Targeting and eliminating unnecessary care has become increasingly important in radiology as the industry has dedicated more and more resources to cutting costs and improving quality. According to a new study in JAMA Internal Medicine, determining clinician characteristics associated with low-value imaging is a step toward reducing such imaging, which saves patients from receiving services they don’t need and helps keep costs down.
“Previous research has found that patients gain little reassurance from a negative low-value study, and because of increasing patient cost sharing, low-value imaging will increasingly cause ‘financial toxicity’ to patients.” wrote Arthur S. Hong, MD, MPH, University of Texas Southwestern Medical Center in Dallas, and colleagues.
To identify clinician predictors of low-value imaging, Hong and colleagues studied medical claims data from January 2010 to December 2014, focusing on inappropriate back pain and headache imaging. “In the absence of certain signs or symptoms indicating a serious underlying cause—such as neurologic problems, history of cancer, or unexplained fever—radiograph, computed tomography (CT), or magnetic resonance imaging (MRI) imaging within the first six weeks of acute uncomplicated back pain adds little to no clinical value,” the authors wrote. “Similarly, for headache without neurologic symptoms or signs of a serious underlying cause—such as trauma or history of cancer—CT or MRI imaging are not recommended.”

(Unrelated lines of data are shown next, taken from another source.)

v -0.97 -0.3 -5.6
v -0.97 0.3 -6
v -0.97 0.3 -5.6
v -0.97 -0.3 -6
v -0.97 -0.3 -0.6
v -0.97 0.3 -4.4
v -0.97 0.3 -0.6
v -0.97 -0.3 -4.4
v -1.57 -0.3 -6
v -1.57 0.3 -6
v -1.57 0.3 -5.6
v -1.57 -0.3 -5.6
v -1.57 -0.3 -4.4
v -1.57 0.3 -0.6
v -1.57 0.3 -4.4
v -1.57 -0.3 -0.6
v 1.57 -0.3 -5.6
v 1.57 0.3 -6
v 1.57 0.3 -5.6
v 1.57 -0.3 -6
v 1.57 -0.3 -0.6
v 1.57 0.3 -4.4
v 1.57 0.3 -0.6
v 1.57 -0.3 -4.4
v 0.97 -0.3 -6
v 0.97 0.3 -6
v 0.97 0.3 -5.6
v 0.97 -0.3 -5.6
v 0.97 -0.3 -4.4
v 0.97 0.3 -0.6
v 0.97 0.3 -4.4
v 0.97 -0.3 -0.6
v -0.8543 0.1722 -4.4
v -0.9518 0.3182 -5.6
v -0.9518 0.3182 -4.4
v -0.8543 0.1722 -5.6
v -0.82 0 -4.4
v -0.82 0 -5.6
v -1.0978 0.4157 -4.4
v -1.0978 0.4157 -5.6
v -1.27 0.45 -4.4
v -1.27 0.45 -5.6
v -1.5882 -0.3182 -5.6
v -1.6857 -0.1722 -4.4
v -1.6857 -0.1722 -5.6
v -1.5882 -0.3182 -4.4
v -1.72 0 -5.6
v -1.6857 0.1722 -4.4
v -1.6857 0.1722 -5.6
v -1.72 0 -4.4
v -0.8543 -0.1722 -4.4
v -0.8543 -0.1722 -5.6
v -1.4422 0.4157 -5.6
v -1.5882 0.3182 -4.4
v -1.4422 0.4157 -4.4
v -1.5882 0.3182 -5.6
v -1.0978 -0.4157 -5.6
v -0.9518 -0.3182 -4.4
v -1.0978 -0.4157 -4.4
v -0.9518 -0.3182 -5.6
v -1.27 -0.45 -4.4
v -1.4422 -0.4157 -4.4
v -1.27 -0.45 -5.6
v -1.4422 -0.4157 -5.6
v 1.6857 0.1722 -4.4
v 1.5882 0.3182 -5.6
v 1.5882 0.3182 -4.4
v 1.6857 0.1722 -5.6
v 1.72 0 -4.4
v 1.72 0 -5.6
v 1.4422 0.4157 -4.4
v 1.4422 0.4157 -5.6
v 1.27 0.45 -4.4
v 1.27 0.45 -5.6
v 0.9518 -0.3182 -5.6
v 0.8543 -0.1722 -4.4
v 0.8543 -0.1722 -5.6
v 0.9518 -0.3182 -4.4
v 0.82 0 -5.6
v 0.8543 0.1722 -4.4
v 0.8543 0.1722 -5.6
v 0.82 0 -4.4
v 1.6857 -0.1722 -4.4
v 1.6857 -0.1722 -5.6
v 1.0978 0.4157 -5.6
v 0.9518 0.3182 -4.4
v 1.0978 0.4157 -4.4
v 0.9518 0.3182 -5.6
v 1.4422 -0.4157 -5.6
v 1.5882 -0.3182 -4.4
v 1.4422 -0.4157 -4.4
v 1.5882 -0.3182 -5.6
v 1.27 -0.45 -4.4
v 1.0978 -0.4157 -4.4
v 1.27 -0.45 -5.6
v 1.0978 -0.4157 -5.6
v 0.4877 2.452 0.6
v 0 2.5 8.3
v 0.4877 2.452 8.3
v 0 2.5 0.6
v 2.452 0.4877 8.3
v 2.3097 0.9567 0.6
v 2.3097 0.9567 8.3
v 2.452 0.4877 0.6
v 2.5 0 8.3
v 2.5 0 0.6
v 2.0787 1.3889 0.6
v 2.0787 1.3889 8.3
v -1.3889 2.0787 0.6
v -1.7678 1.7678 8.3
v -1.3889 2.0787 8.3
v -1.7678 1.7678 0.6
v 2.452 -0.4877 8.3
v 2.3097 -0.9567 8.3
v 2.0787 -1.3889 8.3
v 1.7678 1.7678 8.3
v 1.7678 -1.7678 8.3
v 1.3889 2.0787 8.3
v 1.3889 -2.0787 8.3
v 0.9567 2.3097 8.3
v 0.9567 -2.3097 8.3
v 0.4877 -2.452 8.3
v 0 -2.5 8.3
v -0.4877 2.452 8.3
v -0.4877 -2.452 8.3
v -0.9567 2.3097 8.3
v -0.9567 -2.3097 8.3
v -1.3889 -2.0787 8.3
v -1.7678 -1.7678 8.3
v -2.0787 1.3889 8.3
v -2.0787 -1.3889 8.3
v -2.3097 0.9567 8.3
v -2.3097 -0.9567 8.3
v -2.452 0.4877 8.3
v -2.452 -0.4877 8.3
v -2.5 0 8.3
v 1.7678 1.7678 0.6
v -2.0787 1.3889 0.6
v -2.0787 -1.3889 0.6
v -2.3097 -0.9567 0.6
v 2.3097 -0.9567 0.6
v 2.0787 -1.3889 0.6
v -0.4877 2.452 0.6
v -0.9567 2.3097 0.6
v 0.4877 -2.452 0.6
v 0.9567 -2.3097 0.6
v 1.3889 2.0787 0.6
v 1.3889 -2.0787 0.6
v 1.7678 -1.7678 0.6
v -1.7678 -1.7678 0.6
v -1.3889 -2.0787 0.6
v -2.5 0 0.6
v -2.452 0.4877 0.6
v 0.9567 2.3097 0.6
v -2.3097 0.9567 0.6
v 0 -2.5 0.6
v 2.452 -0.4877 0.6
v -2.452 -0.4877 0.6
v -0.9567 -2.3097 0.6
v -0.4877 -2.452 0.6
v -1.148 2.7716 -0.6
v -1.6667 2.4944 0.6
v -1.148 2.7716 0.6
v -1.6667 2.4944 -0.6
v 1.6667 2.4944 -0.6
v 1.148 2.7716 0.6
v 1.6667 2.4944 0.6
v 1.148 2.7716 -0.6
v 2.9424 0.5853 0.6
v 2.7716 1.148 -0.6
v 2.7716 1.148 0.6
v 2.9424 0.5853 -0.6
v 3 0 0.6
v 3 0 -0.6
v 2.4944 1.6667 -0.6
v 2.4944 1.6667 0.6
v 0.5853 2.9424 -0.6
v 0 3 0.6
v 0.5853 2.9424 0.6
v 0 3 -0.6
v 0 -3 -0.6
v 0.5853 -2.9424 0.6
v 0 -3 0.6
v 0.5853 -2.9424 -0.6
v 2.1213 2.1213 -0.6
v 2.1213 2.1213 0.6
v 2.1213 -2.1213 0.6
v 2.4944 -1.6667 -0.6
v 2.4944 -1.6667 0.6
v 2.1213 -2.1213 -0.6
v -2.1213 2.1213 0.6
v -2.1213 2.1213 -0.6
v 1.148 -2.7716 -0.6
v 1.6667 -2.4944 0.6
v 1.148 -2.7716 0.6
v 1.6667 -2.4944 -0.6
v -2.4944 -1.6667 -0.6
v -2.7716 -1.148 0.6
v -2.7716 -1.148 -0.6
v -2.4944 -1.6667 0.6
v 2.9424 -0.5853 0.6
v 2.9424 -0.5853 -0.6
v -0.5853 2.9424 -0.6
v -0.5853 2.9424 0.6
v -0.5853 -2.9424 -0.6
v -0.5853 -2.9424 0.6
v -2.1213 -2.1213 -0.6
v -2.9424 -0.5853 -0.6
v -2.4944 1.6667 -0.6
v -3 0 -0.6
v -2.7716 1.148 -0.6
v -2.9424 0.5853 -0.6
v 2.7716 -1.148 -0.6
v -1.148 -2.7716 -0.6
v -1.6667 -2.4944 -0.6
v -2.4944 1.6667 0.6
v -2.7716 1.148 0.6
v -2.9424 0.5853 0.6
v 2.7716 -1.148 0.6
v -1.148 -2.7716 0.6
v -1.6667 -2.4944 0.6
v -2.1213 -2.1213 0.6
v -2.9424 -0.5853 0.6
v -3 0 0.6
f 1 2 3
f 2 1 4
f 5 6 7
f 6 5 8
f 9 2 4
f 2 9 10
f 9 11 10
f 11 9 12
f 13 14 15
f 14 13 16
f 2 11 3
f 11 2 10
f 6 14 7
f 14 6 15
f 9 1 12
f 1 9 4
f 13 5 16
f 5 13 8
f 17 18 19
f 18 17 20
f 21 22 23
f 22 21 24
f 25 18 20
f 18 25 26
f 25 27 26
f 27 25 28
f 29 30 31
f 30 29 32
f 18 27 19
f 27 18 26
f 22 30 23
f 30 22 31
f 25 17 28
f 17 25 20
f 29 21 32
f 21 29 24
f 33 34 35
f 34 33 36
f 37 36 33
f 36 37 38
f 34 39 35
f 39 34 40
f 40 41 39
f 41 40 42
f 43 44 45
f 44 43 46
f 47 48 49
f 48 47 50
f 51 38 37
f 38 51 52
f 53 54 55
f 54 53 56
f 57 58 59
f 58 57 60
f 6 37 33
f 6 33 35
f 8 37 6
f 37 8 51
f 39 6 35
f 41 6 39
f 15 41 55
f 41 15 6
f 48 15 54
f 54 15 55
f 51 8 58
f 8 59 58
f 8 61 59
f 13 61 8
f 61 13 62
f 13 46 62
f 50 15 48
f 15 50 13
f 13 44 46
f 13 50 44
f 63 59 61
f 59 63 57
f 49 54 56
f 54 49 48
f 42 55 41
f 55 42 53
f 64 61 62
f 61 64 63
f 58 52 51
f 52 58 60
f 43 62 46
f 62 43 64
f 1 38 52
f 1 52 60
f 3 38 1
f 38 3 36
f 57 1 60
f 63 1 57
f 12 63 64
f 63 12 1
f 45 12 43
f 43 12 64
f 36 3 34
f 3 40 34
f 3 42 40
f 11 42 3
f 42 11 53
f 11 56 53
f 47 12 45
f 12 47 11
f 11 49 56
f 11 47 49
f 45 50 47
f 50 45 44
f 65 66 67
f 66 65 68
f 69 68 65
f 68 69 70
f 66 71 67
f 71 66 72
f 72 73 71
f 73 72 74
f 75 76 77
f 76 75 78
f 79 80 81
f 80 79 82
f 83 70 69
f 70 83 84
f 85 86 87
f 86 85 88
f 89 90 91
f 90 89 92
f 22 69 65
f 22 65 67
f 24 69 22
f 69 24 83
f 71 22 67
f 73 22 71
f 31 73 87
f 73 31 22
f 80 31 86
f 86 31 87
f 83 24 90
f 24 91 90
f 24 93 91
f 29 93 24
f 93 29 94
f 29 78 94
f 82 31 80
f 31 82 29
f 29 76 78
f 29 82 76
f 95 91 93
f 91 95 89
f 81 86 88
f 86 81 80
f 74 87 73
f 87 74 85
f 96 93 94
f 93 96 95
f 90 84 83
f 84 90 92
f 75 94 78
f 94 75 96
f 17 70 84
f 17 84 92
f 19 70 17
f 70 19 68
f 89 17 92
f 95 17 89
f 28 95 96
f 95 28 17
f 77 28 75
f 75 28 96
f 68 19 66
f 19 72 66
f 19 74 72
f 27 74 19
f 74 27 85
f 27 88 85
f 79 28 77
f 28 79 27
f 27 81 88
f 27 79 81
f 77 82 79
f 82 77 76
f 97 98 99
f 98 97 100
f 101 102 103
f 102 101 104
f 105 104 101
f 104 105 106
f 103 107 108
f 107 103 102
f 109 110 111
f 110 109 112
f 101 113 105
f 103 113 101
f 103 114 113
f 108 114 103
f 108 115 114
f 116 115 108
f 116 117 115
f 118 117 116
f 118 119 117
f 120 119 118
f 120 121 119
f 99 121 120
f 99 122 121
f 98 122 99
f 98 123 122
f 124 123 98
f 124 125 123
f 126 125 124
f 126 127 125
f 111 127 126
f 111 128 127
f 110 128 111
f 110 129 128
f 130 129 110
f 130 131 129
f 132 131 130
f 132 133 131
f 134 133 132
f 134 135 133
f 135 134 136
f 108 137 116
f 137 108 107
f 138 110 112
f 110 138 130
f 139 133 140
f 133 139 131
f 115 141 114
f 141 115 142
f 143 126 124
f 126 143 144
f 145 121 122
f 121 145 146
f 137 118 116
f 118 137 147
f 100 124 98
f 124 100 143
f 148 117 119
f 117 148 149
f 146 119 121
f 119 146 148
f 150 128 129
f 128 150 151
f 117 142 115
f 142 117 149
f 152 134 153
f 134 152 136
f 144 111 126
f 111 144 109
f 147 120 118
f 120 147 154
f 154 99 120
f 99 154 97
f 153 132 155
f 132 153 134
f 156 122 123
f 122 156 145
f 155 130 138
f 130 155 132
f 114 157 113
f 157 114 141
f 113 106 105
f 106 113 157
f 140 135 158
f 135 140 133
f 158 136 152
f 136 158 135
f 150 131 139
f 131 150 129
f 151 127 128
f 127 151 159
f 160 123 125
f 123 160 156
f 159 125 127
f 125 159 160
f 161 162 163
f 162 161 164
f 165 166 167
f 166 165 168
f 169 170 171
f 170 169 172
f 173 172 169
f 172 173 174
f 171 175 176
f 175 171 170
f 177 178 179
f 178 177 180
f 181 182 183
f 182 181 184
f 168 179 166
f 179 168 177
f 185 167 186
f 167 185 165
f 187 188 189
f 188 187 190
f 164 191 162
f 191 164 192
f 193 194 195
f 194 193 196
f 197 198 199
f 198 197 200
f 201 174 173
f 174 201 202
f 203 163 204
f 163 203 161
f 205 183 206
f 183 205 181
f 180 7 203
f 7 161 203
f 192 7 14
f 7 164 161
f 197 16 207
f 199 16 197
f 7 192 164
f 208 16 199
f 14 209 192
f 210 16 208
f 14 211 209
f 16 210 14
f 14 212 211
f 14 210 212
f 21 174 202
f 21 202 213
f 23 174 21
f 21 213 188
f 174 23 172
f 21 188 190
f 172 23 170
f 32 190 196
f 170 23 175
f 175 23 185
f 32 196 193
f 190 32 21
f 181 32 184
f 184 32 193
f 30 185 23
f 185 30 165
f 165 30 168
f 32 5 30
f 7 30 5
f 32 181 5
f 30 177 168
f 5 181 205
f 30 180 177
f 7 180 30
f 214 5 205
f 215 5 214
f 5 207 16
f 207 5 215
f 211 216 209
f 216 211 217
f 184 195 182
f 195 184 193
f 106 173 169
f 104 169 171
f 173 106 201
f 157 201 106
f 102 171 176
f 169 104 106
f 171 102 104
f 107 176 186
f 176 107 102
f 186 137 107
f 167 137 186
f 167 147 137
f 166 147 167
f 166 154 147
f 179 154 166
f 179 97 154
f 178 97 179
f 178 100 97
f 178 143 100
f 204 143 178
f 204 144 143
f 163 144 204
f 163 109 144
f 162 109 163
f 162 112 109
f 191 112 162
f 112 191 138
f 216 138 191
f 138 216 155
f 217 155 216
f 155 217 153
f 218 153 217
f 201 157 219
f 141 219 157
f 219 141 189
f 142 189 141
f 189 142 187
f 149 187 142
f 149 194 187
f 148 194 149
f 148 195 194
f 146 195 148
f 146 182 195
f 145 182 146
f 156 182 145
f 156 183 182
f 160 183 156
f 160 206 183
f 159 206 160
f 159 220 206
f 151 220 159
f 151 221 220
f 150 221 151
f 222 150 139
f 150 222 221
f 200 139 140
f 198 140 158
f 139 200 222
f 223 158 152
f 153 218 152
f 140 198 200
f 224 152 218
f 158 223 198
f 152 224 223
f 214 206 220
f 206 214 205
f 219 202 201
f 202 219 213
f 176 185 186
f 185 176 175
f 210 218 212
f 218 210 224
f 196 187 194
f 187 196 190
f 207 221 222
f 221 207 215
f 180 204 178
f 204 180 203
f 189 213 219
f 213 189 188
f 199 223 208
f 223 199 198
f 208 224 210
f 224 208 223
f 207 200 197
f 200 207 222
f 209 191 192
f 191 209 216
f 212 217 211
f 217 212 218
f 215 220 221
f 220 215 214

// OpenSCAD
// Parameters
led_d = 5; //[3:10:1]
led_height = 8.5; //[5:17:0.5]
rim_thickness = 1.2; //[0.6:2.4:0.1]
rim_d = 6; //[4:12:0.5]
lead_pitch = 2.54; //[1.5:5.08:0.01]
lead_thickness = 0.6; //[0.3:1.2:0.05]
lead = 5; //[2.5:15:0.5]
right_angle = 0; //[0:10:1]
bend_radius = 0.8; //[0.4:2:0.1]
solder_length = 1.2; //[0.6:3:0.1]
solder_d = 0.9; //[0.5:2:0.05]
overlap = 0.8; //[0.5:2:0.1]

// LED Module
module led() {
  color("red") {
    // LED Body
    translate([0, 0, rim_thickness/2 + led_height/2 - overlap])
      cylinder(r=led_d/2, h=led_height, center=true, $fn=32);
    
    // Rim Flange
    translate([0, 0, 0])
      cylinder(r=rim_d/2, h=rim_thickness, center=true, $fn=32);
    
    // Leads
    union() {
      // Left Lead
      translate([-lead_pitch/2, 0, -(lead + overlap)/2 + rim_thickness/2 - overlap])
        cube([lead_thickness, lead_thickness, lead + overlap], center=true);
      
      // Right Lead
      translate([lead_pitch/2, 0, -(lead + overlap)/2 + rim_thickness/2 - overlap])
        cube([lead_thickness, lead_thickness, lead + overlap], center=true);
    }
    
    // Solder Ends
    union() {
      // Left Solder End
      translate([-lead_pitch/2, 0, -lead + rim_thickness/2 - solder_length/2])
        cylinder(r=solder_d/2, h=solder_length, center=true, $fn=16);
      
      // Right Solder End
      translate([lead_pitch/2, 0, -lead + rim_thickness/2 - solder_length/2])
        cylinder(r=solder_d/2, h=solder_length, center=true, $fn=16);
    }
    
    // Right Angle Bend (if applicable)
    if (right_angle > 0) {
      union() {
        // Left Horizontal Bend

These are two clinician predictors revealed by the team’s study:
1. Imaging for the Prior Patient: One of the biggest takeaways from the team’s findings was that clinicians are much more likely to order low-value imaging if they had ordered such imaging for their prior patient.

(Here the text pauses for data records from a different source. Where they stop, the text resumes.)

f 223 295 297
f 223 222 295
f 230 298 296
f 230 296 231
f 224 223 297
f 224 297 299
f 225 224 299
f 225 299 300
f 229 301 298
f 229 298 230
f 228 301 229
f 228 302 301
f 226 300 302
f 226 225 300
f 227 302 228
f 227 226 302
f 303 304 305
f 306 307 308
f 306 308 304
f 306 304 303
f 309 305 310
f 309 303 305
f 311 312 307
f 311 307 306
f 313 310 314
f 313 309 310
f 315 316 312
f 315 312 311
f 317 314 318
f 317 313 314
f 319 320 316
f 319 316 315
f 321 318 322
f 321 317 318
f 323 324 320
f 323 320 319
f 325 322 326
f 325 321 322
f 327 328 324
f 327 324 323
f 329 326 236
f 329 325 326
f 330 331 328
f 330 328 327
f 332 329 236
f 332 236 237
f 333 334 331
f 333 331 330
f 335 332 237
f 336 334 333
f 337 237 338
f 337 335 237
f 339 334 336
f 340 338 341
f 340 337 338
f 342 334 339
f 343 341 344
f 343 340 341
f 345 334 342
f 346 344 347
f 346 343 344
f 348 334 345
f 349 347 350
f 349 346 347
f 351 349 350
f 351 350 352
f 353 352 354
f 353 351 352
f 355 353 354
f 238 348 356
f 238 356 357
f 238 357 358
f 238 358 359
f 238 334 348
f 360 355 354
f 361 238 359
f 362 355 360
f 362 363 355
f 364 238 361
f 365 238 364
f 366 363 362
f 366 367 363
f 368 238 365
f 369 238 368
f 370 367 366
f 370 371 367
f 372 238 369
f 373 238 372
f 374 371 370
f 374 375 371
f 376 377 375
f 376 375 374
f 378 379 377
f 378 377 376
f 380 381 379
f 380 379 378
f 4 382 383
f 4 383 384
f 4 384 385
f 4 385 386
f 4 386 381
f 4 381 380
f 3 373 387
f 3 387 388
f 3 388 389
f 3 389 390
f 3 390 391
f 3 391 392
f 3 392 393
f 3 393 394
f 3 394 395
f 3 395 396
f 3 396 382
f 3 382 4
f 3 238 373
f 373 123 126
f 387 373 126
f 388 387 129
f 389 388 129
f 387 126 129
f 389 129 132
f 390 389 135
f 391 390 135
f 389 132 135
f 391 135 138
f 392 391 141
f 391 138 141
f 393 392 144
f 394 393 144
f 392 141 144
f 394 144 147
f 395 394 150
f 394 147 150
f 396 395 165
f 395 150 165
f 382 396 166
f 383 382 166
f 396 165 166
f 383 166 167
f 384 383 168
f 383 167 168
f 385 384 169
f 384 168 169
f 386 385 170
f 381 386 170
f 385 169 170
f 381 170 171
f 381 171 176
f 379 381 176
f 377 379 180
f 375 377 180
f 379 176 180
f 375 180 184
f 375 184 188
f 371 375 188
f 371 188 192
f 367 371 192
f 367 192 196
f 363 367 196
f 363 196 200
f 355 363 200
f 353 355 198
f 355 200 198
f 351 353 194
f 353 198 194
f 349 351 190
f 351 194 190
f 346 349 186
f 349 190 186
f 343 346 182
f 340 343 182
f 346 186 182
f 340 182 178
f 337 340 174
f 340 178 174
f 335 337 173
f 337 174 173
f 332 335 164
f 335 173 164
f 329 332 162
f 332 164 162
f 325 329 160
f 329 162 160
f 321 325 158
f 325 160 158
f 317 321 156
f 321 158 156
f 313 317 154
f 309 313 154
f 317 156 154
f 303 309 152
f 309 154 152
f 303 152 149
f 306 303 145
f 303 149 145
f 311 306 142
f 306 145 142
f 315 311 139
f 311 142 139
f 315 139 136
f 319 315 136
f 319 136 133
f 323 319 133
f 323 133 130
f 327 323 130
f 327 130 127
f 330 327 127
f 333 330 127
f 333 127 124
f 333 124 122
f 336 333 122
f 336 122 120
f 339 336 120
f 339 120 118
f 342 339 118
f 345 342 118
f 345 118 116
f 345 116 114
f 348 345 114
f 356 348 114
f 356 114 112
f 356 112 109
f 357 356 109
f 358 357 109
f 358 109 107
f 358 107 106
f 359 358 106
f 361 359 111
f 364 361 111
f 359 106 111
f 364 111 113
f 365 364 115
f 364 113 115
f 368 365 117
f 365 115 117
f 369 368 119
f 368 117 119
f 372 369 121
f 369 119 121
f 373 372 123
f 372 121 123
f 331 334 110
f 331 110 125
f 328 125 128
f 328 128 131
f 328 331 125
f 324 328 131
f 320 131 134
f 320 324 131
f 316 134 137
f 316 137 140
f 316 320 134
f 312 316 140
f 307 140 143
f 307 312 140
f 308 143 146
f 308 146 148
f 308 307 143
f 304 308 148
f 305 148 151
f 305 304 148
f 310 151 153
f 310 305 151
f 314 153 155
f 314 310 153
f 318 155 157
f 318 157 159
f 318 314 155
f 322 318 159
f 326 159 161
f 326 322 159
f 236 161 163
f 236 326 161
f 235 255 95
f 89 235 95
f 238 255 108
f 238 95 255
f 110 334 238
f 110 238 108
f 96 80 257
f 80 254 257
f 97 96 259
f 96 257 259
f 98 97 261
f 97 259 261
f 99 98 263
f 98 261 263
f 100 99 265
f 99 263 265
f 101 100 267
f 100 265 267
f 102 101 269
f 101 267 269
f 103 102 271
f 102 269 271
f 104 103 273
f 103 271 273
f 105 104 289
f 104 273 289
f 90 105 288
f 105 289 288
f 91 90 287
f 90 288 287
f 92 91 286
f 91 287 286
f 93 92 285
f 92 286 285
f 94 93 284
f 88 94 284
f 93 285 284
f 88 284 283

According to the data associated with low-back pain, if a primary care physician had ordered imaging for his or her prior patient, their odds of ordering imaging were 2.08 times higher. The numbers were even higher for chiropractors (2.80 times higher) and specialists (2.98 times higher) who had ordered imaging for their prior patient.
According to the data associated with uncomplicated headaches, if a clinician had ordered imaging for his or her prior patient, their odds of ordering imaging were 2.20 times higher.
2. Ownership of Imaging Equipment: The authors also found that clinician ownership of imaging equipment was a “consistent independent predictor of low-value imaging.”
Ownership of imaging equipment made chiropractors a whopping 7.76 times more likely to order low-value imaging for low-back pain. In addition, ownership of imaging equipment made clinicians 1.88 times more likely of ordering low-value imaging for an uncomplicated headache.
“Addressing ownership, previous legislation has limited imaging equipment ownership and clinician self-referral; however, exceptions have been made for patient convenience and evolving practice models,” the authors wrote. “As a result, these laws may be less effective than intended.”